Managing virtual servers and applications in the cloud is hard because it requires not only major changes to technology and process, but also a mindset shift. You need to align your tools and strategy for automation with your team’s “cloud awareness” mindset. Otherwise, moving to cloud infrastructure can end up costing you more time and money than physical infrastructure.
The need to align your methodology with your cloud awareness mindset is a big reason why there is no single, correct “recipe for success” for leveraging the cloud. The tools and processes that will work best for a given team at a given point in time depend on its actual state of cloud awareness-that is, how you view and treat your server and application instances.
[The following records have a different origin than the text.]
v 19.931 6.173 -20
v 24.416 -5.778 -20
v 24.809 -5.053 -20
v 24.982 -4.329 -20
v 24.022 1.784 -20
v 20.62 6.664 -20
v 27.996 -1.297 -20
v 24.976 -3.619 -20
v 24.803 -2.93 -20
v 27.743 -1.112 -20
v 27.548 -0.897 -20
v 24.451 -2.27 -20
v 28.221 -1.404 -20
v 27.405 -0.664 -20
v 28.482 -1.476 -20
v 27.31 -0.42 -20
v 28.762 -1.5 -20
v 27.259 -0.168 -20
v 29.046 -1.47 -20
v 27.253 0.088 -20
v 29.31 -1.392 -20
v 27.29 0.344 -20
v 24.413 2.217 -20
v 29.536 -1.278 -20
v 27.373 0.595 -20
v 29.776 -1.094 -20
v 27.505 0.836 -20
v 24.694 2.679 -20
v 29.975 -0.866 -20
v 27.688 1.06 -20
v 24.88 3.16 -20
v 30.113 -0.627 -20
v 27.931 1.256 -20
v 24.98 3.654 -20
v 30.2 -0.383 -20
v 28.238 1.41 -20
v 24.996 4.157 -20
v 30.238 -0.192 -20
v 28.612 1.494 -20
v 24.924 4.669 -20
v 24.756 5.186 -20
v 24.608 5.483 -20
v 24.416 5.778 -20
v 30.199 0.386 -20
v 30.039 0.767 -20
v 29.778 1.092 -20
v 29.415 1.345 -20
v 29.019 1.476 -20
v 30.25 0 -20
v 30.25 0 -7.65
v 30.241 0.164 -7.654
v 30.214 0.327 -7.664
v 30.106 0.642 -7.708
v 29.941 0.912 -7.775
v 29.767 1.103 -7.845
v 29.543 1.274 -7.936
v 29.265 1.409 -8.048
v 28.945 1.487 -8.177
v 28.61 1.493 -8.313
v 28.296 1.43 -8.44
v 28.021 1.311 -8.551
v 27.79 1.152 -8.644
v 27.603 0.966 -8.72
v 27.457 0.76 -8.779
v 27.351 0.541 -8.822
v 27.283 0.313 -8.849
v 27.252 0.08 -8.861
As one of the most experienced boutique Boston cloud consulting firms targeting startups and SMBs, we’ve worked with clients at every point along the cloud awareness continuum, from “legacy infrastructure” (think racked servers in a data center managed by hand) to “cloud-aware” (think continuous delivery, ephemeral instances, and no panic attacks if you lose one or even ten cloud servers in an outage).
We’ve also seen the Boston DevOps scene, as well the overall industry focus on DevOps, expand considerably even in just the past year. Likewise, the pace of cloud migration around Boston and elsewhere has accelerated even more. This is true not just among startups and small tech firms, but for all businesses that rely on IT or software development as a differentiator.
Yet many teams, even though they’re “on cloud,” still have vestiges of a legacy infrastructure mindset. For example, teams at the cut/paste stage of cloud migration can successfully save on hardware costs by virtualizing servers. But they still tend to treat their virtual servers as if they were sitting in racks in a data center: they give them names, manage them individually and keep them up-and-running indefinitely. They also tend to struggle with deployment and administration bottlenecks similar to what teams working on traditional data center infrastructure frequently encounter.
In contrast, teams at the “partially cloud aware” stage are actively leveraging the cost and speed advantages of public cloud. But they probably have separate processes for deploying code and infrastructure.